You may have tie-dyed your clothing as a kid and thought you’d never do it again. The style can be cute, over-the-top and far out, but only a small amount of fashionistas would look to it as stylish. Dye-ing and Tie dye-ing are techniques that have a lot more possibilities than day-glow colors shaped into rainbow waves. 

Using a single color can be unexpectedly subtle. Tye dying with bleach turns out much spookier than you might think. 

Here are some approaches to dye-ing you probably haven’t tried, but should.

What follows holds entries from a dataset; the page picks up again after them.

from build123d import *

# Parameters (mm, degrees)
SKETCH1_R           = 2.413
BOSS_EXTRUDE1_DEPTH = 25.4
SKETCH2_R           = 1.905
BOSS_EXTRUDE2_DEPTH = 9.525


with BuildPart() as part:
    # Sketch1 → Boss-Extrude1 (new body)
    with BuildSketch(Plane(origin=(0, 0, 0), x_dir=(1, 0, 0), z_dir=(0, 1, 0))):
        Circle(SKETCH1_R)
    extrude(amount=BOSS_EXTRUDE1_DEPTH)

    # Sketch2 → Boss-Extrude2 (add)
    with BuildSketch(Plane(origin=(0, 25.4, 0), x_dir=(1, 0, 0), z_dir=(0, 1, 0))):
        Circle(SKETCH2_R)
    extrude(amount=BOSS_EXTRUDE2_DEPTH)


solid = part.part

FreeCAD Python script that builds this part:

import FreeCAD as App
import Part
import Sketcher
Q = App.Units.Quantity

doc = App.newDocument("Part")
body = doc.addObject("PartDesign::Body", "Body")

# Sketch on XZ plane
sketch1 = doc.addObject("Sketcher::SketchObject", "Sketch")
body.addObject(sketch1)
sketch1.AttachmentSupport = (doc.XZ_Plane, [""])
sketch1.MapMode = "FlatFace"
sketch1.addGeometry(Part.Circle(App.Vector(0, 0, 0), App.Vector(0, 0, 1), 2.413), False)
sketch1.addConstraint([
    Sketcher.Constraint("Coincident", 0, 3, -1, 1),
    Sketcher.Constraint("Diameter", 0, Q("0.19 in")),
])
pad1 = doc.addObject("PartDesign::Pad", "Pad")
body.addObject(pad1)
pad1.Profile = sketch1
pad1.Length = Q("1 in")
pad1.Reversed = True

# Sketch on XZ plane
sketch2 = doc.addObject("Sketcher::SketchObject", "Sketch001")
body.addObject(sketch2)
sketch2.AttachmentSupport = (doc.XZ_Plane, [""])
sketch2.MapMode = "FlatFace"
sketch2.AttachmentOffset = App.Placement(App.Vector(0, 0, -1 * 25.4), App.Rotation())
sketch2.addGeometry(Part.Circle(App.Vector(0, 0, 0), App.Vector(0, 0, 1), 1.905), False)
sketch2.addConstraint([
    Sketcher.Constraint("Coincident", 0, 3, -1, 1),
    Sketcher.Constraint("Diameter", 0, Q("0.15 in")),
])
pad2 = doc.addObject("PartDesign::Pad", "Pad001")
body.addObject(pad2)
pad2.Profile = sketch2
pad2.Length = Q("0.375 in")
pad2.Reversed = True

doc.recompute()
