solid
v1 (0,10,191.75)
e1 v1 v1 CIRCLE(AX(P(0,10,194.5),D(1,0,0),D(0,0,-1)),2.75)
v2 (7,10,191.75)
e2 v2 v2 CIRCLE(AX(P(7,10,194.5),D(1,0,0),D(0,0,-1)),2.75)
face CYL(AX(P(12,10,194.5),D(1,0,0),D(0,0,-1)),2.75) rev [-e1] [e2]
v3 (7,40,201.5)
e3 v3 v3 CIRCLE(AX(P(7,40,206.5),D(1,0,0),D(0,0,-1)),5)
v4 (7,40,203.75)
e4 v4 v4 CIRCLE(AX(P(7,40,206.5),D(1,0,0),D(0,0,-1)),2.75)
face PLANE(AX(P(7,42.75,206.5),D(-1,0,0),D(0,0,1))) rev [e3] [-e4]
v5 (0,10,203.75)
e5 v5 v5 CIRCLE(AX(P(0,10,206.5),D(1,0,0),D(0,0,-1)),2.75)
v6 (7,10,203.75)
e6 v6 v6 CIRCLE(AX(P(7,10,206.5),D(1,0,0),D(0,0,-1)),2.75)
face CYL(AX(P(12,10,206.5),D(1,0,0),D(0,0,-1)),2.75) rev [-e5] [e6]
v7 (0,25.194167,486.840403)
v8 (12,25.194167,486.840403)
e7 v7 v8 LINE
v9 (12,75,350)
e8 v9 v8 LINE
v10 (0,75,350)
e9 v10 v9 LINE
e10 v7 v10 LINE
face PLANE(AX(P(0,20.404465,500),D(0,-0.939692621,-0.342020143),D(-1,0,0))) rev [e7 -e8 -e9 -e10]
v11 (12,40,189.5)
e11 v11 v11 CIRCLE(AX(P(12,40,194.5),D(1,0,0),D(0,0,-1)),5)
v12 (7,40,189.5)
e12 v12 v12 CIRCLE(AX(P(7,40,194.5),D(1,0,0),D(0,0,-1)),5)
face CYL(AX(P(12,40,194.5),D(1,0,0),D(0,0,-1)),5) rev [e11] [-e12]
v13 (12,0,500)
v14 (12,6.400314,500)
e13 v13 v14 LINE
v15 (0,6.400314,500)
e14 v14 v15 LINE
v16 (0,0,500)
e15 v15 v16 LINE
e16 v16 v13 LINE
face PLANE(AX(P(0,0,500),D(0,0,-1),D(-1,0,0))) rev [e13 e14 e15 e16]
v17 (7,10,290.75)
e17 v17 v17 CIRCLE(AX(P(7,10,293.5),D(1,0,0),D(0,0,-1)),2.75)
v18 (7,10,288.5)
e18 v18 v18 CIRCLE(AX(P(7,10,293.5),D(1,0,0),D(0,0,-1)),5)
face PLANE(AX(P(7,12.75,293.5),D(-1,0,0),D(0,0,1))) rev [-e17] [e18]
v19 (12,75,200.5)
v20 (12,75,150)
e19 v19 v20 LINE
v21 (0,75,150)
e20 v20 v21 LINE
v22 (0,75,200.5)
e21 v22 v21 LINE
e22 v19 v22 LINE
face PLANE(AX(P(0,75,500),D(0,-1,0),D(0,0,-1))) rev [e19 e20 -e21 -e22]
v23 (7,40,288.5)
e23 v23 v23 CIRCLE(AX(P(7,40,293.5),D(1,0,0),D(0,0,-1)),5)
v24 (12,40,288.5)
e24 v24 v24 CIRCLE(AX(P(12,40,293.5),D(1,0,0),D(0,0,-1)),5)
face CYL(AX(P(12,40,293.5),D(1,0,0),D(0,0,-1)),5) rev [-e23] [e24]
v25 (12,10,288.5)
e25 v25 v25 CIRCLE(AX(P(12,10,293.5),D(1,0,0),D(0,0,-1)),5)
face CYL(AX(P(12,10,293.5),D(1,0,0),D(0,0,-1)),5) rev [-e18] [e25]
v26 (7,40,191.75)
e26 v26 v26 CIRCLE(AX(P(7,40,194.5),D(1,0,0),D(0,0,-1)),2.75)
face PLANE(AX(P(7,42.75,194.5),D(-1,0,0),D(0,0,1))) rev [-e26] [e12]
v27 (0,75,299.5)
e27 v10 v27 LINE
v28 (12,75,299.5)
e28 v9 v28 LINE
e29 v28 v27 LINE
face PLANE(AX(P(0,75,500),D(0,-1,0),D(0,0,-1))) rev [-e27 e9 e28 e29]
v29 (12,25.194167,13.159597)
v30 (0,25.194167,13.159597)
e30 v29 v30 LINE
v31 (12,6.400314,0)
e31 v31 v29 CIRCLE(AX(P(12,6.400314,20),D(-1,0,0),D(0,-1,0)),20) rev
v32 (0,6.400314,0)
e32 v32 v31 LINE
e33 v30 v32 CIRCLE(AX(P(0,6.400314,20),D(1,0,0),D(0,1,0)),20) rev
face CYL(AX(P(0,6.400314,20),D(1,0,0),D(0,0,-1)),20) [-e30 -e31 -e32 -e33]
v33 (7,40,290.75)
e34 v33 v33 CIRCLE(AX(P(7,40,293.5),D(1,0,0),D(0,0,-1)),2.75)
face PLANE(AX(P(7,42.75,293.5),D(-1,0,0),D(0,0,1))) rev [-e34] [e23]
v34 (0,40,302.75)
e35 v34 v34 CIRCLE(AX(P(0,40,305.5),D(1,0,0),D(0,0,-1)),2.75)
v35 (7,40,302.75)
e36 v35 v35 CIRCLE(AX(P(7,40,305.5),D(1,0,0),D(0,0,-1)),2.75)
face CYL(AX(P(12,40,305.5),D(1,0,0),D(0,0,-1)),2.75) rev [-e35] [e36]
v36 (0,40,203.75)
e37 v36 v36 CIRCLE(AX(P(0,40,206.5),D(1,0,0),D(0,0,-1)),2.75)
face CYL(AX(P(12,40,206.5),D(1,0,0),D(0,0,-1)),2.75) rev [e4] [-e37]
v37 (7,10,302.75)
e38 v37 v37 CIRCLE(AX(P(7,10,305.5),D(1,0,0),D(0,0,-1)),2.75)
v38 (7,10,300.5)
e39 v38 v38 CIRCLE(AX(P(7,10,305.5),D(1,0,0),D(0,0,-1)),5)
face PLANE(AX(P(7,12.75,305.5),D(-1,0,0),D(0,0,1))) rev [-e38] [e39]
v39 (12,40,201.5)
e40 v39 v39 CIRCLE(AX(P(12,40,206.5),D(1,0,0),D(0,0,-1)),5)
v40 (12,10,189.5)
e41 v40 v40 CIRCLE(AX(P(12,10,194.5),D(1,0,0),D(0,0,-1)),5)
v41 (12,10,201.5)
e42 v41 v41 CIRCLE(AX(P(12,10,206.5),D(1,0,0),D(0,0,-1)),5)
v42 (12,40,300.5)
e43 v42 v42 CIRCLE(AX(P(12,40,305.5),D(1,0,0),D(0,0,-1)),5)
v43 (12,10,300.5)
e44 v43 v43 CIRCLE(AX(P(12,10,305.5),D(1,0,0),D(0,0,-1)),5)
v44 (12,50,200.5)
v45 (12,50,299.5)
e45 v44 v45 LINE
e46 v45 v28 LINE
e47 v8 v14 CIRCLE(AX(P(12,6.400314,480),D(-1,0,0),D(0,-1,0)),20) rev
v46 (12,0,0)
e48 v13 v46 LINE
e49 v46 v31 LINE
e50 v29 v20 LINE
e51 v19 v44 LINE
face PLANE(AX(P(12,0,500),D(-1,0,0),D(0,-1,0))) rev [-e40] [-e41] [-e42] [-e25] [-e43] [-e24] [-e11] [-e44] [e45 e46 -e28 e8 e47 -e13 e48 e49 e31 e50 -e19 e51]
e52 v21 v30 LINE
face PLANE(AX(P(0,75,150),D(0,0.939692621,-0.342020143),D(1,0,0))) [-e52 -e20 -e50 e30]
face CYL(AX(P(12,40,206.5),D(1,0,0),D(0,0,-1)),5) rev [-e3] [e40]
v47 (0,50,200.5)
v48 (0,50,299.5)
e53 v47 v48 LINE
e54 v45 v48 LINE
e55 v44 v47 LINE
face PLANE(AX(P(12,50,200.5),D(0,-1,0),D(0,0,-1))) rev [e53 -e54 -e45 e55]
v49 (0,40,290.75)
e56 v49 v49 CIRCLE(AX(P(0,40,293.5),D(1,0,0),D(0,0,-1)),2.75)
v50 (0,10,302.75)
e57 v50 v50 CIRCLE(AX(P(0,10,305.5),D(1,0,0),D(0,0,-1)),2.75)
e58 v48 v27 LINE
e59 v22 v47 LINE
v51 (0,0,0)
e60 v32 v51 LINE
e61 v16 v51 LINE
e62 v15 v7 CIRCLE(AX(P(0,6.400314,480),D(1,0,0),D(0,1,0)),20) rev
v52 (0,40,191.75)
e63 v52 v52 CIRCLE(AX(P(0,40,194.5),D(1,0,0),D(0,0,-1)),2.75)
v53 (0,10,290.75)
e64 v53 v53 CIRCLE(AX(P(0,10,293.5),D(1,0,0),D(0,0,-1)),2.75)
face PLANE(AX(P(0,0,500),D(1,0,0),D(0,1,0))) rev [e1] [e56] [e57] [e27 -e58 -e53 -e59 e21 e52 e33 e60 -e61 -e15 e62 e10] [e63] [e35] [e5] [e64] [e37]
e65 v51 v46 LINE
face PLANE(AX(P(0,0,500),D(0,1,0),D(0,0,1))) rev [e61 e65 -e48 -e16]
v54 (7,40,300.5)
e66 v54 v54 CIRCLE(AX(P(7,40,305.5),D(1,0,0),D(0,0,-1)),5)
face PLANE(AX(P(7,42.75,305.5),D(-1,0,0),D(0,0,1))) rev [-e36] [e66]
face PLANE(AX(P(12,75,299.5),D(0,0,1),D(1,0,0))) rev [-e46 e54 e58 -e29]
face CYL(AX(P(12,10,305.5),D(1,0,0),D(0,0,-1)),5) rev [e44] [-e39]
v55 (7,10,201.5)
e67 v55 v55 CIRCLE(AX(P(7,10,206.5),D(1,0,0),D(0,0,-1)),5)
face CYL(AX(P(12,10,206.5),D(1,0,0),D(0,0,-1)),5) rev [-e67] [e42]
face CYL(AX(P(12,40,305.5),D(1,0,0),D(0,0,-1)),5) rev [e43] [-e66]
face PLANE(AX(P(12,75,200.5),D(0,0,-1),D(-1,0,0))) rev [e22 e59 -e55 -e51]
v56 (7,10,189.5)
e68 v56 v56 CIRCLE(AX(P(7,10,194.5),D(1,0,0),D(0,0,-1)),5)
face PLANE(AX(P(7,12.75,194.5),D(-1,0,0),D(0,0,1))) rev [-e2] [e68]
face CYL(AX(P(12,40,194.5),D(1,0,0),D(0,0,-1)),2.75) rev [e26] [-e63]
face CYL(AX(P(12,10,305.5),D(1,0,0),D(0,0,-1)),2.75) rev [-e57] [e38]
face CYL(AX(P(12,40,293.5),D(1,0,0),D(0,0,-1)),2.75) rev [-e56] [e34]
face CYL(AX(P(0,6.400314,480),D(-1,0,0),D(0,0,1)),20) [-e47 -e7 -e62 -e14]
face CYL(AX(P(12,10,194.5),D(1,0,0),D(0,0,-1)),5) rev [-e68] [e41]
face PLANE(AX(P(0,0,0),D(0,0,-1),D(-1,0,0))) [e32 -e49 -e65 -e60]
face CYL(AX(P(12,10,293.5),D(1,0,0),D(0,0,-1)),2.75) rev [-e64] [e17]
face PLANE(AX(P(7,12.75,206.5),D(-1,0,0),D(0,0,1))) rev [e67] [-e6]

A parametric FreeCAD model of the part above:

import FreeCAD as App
import Part
import Sketcher

V = App.Vector
Q = App.Units.Quantity


def edges_at(feature, points):
    """Names of the edges that pass closest to the given points."""
    edges = feature.Shape.Edges
    near = lambda p: min(range(len(edges)), key=lambda i: edges[i].distToShape(Part.Vertex(*p))[0])
    return sorted({f"Edge{near(p) + 1}" for p in points})

doc = App.newDocument("Part")
body = doc.addObject("PartDesign::Body", "Body")

# Sketch on XY plane
sketch1 = doc.addObject("Sketcher::SketchObject", "Sketch")
body.addObject(sketch1)
sketch1.AttachmentSupport = (doc.XY_Plane, [""])
sketch1.MapMode = "FlatFace"
sketch1.addGeometry([
    Part.LineSegment(V(0, 75, 0), V(0, 0, 0)),
    Part.LineSegment(V(0, 0, 0), V(12, 0, 0)),
    Part.LineSegment(V(12, 0, 0), V(12, 75, 0)),
    Part.LineSegment(V(12, 75, 0), V(0, 75, 0)),
], False)
sketch1.addConstraint([
    Sketcher.Constraint("Coincident", 0, 2, 1, 1),
    Sketcher.Constraint("Coincident", 1, 2, 2, 1),
    Sketcher.Constraint("Coincident", 2, 2, 3, 1),
    Sketcher.Constraint("Coincident", 3, 2, 0, 1),
    Sketcher.Constraint("Vertical", 0),
    Sketcher.Constraint("Horizontal", 1),
    Sketcher.Constraint("Vertical", 2),
    Sketcher.Constraint("Horizontal", 3),
    Sketcher.Constraint("Coincident", 0, 2, -1, 1),
    Sketcher.Constraint("DistanceX", 1, 1, 1, 2, Q("12 mm")),
    Sketcher.Constraint("DistanceY", 0, 2, 0, 1, Q("75 mm")),
])
pad1 = doc.addObject("PartDesign::Pad", "Pad")
body.addObject(pad1)
pad1.Profile = sketch1
pad1.Length = 500

# Sketch on YZ plane
sketch2 = doc.addObject("Sketcher::SketchObject", "Sketch001")
body.addObject(sketch2)
sketch2.AttachmentSupport = (doc.YZ_Plane, [""])
sketch2.MapMode = "FlatFace"
sketch2.addGeometry([
    Part.LineSegment(V(75, 200, 0), V(50, 200, 0)),
    Part.LineSegment(V(50, 200, 0), V(50, 300, 0)),
    Part.LineSegment(V(50, 300, 0), V(75, 300, 0)),
    Part.LineSegment(V(75, 300, 0), V(75, 200, 0)),
], False)
sketch2.addConstraint([
    Sketcher.Constraint("Coincident", 0, 2, 1, 1),
    Sketcher.Constraint("Coincident", 1, 2, 2, 1),
    Sketcher.Constraint("Coincident", 2, 2, 3, 1),
    Sketcher.Constraint("Coincident", 3, 2, 0, 1),
    Sketcher.Constraint("Horizontal", 0),
    Sketcher.Constraint("Vertical", 1),
    Sketcher.Constraint("Horizontal", 2),
    Sketcher.Constraint("Vertical", 3),
    Sketcher.Constraint("DistanceX", 0, 2, 0, 1, Q("25 mm")),
    Sketcher.Constraint("DistanceY", 1, 1, 1, 2, Q("99 mm")),
    Sketcher.Constraint("DistanceX", -1, 1, 0, 2, Q("50 mm")),
    Sketcher.Constraint("DistanceY", -1, 1, 0, 2, Q("200.5 mm")),
])
pocket1 = doc.addObject("PartDesign::Pocket", "Pocket")
body.addObject(pocket1)
pocket1.Profile = sketch2
pocket1.Type = "ThroughAll"
pocket1.Reversed = True

# Sketch on YZ plane
sketch3 = doc.addObject("Sketcher::SketchObject", "Sketch002")
body.addObject(sketch3)
sketch3.AttachmentSupport = (doc.YZ_Plane, [""])
sketch3.MapMode = "FlatFace"
sketch3.AttachmentOffset = App.Placement(V(0, 0, 12), App.Rotation())
sketch3.addGeometry([
    Part.Circle(V(40, 293.5, 0), V(0, 0, 1), 2.8),
    Part.Circle(V(10, 206.5, 0), V(0, 0, 1), 2.8),
    Part.Circle(V(10, 293.5, 0), V(0, 0, 1), 2.8),
    Part.Circle(V(40, 206.5, 0), V(0, 0, 1), 2.8),
], False)
sketch3.addConstraint([
    Sketcher.Constraint("Equal", 0, 1),
    Sketcher.Constraint("Equal", 1, 2),
    Sketcher.Constraint("Equal", 2, 3),
    Sketcher.Constraint("Horizontal", 0, 3, 2, 3),
    Sketcher.Constraint("Horizontal", 1, 3, 3, 3),
    Sketcher.Constraint("Vertical", 1, 3, 2, 3),
    Sketcher.Constraint("Vertical", 0, 3, 3, 3),
    Sketcher.Constraint("Diameter", 0, Q("5.5 mm")),
    Sketcher.Constraint("DistanceX", -1, 1, 0, 3, Q("40 mm")),
    Sketcher.Constraint("DistanceX", -1, 1, 1, 3, Q("10 mm")),
    Sketcher.Constraint("DistanceY", 1, 3, 0, 3, Q("87 mm")),
    Sketcher.Constraint("DistanceY", -1, 1, 0, 3, Q("293.5 mm")),
])
doc.recompute()
hole = doc.addObject("PartDesign::Hole", "Hole")
body.addObject(hole)
hole.Profile = sketch3
hole.ThreadType = "None"
hole.Diameter = 5.5
hole.DepthType = "ThroughAll"
hole.HoleCutType = "Counterbore"
hole.HoleCutDiameter = 10
hole.HoleCutDepth = 5
doc.recompute()

chamfer = doc.addObject("PartDesign::Chamfer", "Chamfer")
body.addObject(chamfer)
chamfer.Base = (hole, edges_at(hole, [(6, 75, 0)]))
chamfer.ChamferType = "Two distances"
chamfer.Size = 150
chamfer.Size2 = 54.595535
chamfer.FlipDirection = True
doc.recompute()

chamfer2 = doc.addObject("PartDesign::Chamfer", "Chamfer001")
body.addObject(chamfer2)
chamfer2.Base = (chamfer, edges_at(chamfer, [(6, 75, 500)]))
chamfer2.ChamferType = "Two distances"
chamfer2.Size = 150
chamfer2.Size2 = 54.595535
chamfer2.FlipDirection = True
doc.recompute()

fillet = doc.addObject("PartDesign::Fillet", "Fillet")
body.addObject(fillet)
fillet.Base = (chamfer2, edges_at(chamfer2, [(6, 20.404, 0), (6, 20.404, 500)]))
fillet.Radius = 20
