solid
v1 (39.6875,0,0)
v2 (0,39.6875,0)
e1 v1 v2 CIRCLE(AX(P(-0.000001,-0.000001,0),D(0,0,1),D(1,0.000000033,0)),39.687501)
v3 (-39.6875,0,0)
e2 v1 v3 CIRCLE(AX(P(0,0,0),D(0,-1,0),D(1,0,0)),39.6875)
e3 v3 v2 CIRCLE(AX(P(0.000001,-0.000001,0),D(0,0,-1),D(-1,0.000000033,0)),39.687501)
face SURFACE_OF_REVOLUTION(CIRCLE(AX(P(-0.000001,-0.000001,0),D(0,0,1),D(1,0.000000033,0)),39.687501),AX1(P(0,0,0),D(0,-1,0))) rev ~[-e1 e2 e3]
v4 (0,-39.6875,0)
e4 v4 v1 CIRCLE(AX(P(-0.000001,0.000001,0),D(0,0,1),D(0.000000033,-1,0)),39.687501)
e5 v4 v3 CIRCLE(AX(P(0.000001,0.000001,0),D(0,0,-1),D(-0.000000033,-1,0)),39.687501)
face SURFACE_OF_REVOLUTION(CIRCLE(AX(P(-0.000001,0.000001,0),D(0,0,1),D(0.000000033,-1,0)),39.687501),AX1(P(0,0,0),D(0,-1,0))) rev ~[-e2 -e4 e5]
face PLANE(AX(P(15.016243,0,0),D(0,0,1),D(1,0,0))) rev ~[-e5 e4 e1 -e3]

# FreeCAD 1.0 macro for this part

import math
import FreeCAD as App
import Part
import Sketcher
from FreeCAD import Vector
Q = App.Units.Quantity

doc = App.newDocument("Part")
params = doc.addObject("Spreadsheet::Sheet", "Params")
for row, (alias, value) in enumerate([
    ("sketch1_radius", "1.5625001 in"),
    ("revolution_angle", "180 deg"),
], start=1):
    params.set(f"A{row}", alias)
    params.set(f"B{row}", "=" + value)
    params.setAlias(f"B{row}", alias)

body = doc.addObject("PartDesign::Body", "Body")

sketch1 = body.newObject("Sketcher::SketchObject", "Sketch")
sketch1.AttachmentSupport = (doc.getObject("XY_Plane"), [""])
sketch1.MapMode = "FlatFace"
sketch1.addGeometry([
    Part.ArcOfCircle(Part.Circle(Vector(0, 0, 0), Vector(0, 0, 1), 40), math.radians(-90), math.radians(0)),
    Part.ArcOfCircle(Part.Circle(Vector(0, 0, 0), Vector(0, 0, 1), 40), math.radians(0), math.radians(90)),
    Part.LineSegment(Vector(0, 40, 0), Vector(0, -40, 0)),
], False)
sketch1.addConstraint([
    Sketcher.Constraint("Tangent", 0, 2, 1, 1),
    Sketcher.Constraint("Coincident", 1, 2, 2, 1),
    Sketcher.Constraint("Coincident", 2, 2, 0, 1),
    Sketcher.Constraint("Vertical", 2),
    Sketcher.Constraint("Coincident", 0, 3, -1, 1),
    Sketcher.Constraint("Equal", 0, 1),
    Sketcher.Constraint("PointOnObject", 0, 2, -1),
    Sketcher.Constraint("PointOnObject", 1, 2, -2),
    Sketcher.Constraint("Radius", 0, Q("1.5625001 in")),
])
sketch1.setExpression("Constraints[8]", "Params.sketch1_radius")
revolution = body.newObject("PartDesign::Revolution", "Revolution")
revolution.Profile = sketch1
revolution.ReferenceAxis = (sketch1, ["V_Axis"])
revolution.setExpression("Angle", "Params.revolution_angle")
revolution.Reversed = True

doc.recompute()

Roll a T-shirt or other clothing item around a string and then pull the ends of the string together to form a circle. Using a condiment-style bottle, drizzle ink onto the wrapped up shirt. You can do it in one or a few colors. Let sit and unwrap. The resulting design looks like a web or honeycomb. 

Reverse Tye Die
Using a fork, twist a black shirt in a circle like its cotton candy and then wrap it with rubber bands. Pour a teaspoon or less of bleach in-between the rubber bands. Cover those bleached areas with other colors. The result will be colors on a black background in a swirly stye that common in Tie Dye, yet rarely seen on a black background. 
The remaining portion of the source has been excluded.